■ Work task
Write out, word for word, the part of the listing below that opens with the line containing "Line((-8.065, 0), (-13.45, 0))" and closes with the line containing "# FreeCAD 1.0 macro for this part", keeping both of those lines and adding no others.
○ ○ ○ ○ ○ ○ ○
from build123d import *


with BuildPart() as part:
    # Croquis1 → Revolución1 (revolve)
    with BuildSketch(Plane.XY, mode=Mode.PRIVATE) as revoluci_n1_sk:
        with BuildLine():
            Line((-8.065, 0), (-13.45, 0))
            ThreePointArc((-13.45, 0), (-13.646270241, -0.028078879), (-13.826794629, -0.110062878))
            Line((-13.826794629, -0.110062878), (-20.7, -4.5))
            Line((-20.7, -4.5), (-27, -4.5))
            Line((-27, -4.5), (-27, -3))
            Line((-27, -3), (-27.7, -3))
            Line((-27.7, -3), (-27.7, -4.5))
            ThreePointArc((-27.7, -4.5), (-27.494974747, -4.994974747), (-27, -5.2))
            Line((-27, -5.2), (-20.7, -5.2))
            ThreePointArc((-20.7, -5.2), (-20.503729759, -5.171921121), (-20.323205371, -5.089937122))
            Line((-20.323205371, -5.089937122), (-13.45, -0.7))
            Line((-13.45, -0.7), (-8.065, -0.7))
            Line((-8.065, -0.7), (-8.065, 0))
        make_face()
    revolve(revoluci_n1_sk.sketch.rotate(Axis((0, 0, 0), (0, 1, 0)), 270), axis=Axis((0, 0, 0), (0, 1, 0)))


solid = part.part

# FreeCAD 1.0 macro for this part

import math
import FreeCAD as App
import Part
import Sketcher

V = App.Vector

doc = App.newDocument("Part")
params = doc.addObject("Spreadsheet::Sheet", "Params")
for row, (alias, value) in enumerate([
    ("sketch1_radius", "0.7 mm"),
    ("sketch1_width", "6.3 mm"),
    ("sketch1_height", "1.5 mm"),
    ("revolution_angle", "360 deg"),
], start=1):
    params.set(f"A{row}", alias)
    params.set(f"B{row}", "=" + value)
    params.setAlias(f"B{row}", alias)

body = doc.addObject("PartDesign::Body", "Body")

sketch1 = doc.addObject("Sketcher::SketchObject", "Sketch")
body.addObject(sketch1)
sketch1.AttachmentSupport = (doc.XY_Plane, [""])
sketch1.MapMode = "FlatFace"
sketch1.addGeometry([
    Part.LineSegment(V(-8.06, 0, 0), V(-13.45, 0, 0)),
    Part.ArcOfCircle(Part.Circle(V(-13.45, -0.7, 0), V(0, 0, 1), 0.7), math.radians(90), math.radians(123)),
    Part.LineSegment(V(-13.83, -0.11, 0), V(-20.7, -4.5, 0)),
    Part.LineSegment(V(-20.7, -4.5, 0), V(-27, -4.5, 0)),
    Part.LineSegment(V(-27, -4.5, 0), V(-27, -3, 0)),
    Part.LineSegment(V(-27, -3, 0), V(-27.7, -3, 0)),
    Part.LineSegment(V(-27.7, -3, 0), V(-27.7, -4.5, 0)),
    Part.ArcOfCircle(Part.Circle(V(-27, -4.5, 0), V(0, 0, 1), 0.7), math.radians(180), math.radians(270)),
    Part.LineSegment(V(-27, -5.2, 0), V(-20.7, -5.2, 0)),
    Part.ArcOfCircle(Part.Circle(V(-20.7, -4.5, 0), V(0, 0, 1), 0.7), math.radians(-90), math.radians(-57)),
    Part.LineSegment(V(-20.32, -5.09, 0), V(-13.45, -0.7, 0)),
    Part.LineSegment(V(-13.45, -0.7, 0), V(-8.06, -0.7, 0)),
    Part.LineSegment(V(-8.06, -0.7, 0), V(-8.06, 0, 0)),
], False)
sketch1.addConstraint([
    Sketcher.Constraint("Tangent", 0, 2, 1, 1),
    Sketcher.Constraint("Tangent", 1, 2, 2, 1),
    Sketcher.Constraint("Coincident", 2, 2, 3, 1),
    Sketcher.Constraint("Coincident", 3, 2, 4, 1),
    Sketcher.Constraint("Coincident", 4, 2, 5, 1),
    Sketcher.Constraint("Coincident", 5, 2, 6, 1),
    Sketcher.Constraint("Tangent", 6, 2, 7, 1),
    Sketcher.Constraint("Tangent", 7, 2, 8, 1),
    Sketcher.Constraint("Tangent", 8, 2, 9, 1),
    Sketcher.Constraint("Tangent", 9, 2, 10, 1),
    Sketcher.Constraint("Coincident", 10, 2, 11, 1),
    Sketcher.Constraint("Coincident", 11, 2, 12, 1),
    Sketcher.Constraint("Coincident", 12, 2, 0, 1),
    Sketcher.Constraint("Horizontal", 0),
    Sketcher.Constraint("Horizontal", 3),
    Sketcher.Constraint("Vertical", 4),
    Sketcher.Constraint("Horizontal", 5),
    Sketcher.Constraint("Vertical", 6),
    Sketcher.Constraint("Horizontal", 8),
    Sketcher.Constraint("Horizontal", 11),
    Sketcher.Constraint("Vertical", 12),
    Sketcher.Constraint("Coincident", 2, 2, 9, 3),
    Sketcher.Constraint("Coincident", 3, 2, 7, 3),
    Sketcher.Constraint("Coincident", 10, 2, 1, 3),
    Sketcher.Constraint("Equal", 1, 7),
    Sketcher.Constraint("PointOnObject", 0, 2, -1),
    Sketcher.Constraint("Radius", 1, 0.7),
    Sketcher.Constraint("DistanceX", 3, 2, 3, 1, 6.3),
    Sketcher.Constraint("DistanceY", 4, 1, 4, 2, 1.5),
    Sketcher.Constraint("DistanceX", 7, 3, -1, 1, 27.0),
    Sketcher.Constraint("DistanceY", 4, 2, -1, 1, 3.0),
    Sketcher.Constraint("DistanceX", 0, 2, 0, 1, 5.385),
    Sketcher.Constraint("DistanceX", 1, 3, -1, 1, 13.45),
])
sketch1.setExpression("Constraints[26]", "Params.sketch1_radius")
sketch1.setExpression("Constraints[27]", "Params.sketch1_width")
sketch1.setExpression("Constraints[28]", "Params.sketch1_height")
revolution = doc.addObject("PartDesign::Revolution", "Revolution")
body.addObject(revolution)
revolution.Profile = sketch1
revolution.ReferenceAxis = (sketch1, ["V_Axis"])
revolution.setExpression("Angle", "Params.revolution_angle")

doc.recompute()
○ ○ ○ ○ ○ ○ ○
■ Solution to this task
            Line((-8.065, 0), (-13.45, 0))
            ThreePointArc((-13.45, 0), (-13.646270241, -0.028078879), (-13.826794629, -0.110062878))
            Line((-13.826794629, -0.110062878), (-20.7, -4.5))
            Line((-20.7, -4.5), (-27, -4.5))
            Line((-27, -4.5), (-27, -3))
            Line((-27, -3), (-27.7, -3))
            Line((-27.7, -3), (-27.7, -4.5))
            ThreePointArc((-27.7, -4.5), (-27.494974747, -4.994974747), (-27, -5.2))
            Line((-27, -5.2), (-20.7, -5.2))
            ThreePointArc((-20.7, -5.2), (-20.503729759, -5.171921121), (-20.323205371, -5.089937122))
            Line((-20.323205371, -5.089937122), (-13.45, -0.7))
            Line((-13.45, -0.7), (-8.065, -0.7))
            Line((-8.065, -0.7), (-8.065, 0))
        make_face()
    revolve(revoluci_n1_sk.sketch.rotate(Axis((0, 0, 0), (0, 1, 0)), 270), axis=Axis((0, 0, 0), (0, 1, 0)))


solid = part.part

# FreeCAD 1.0 macro for this part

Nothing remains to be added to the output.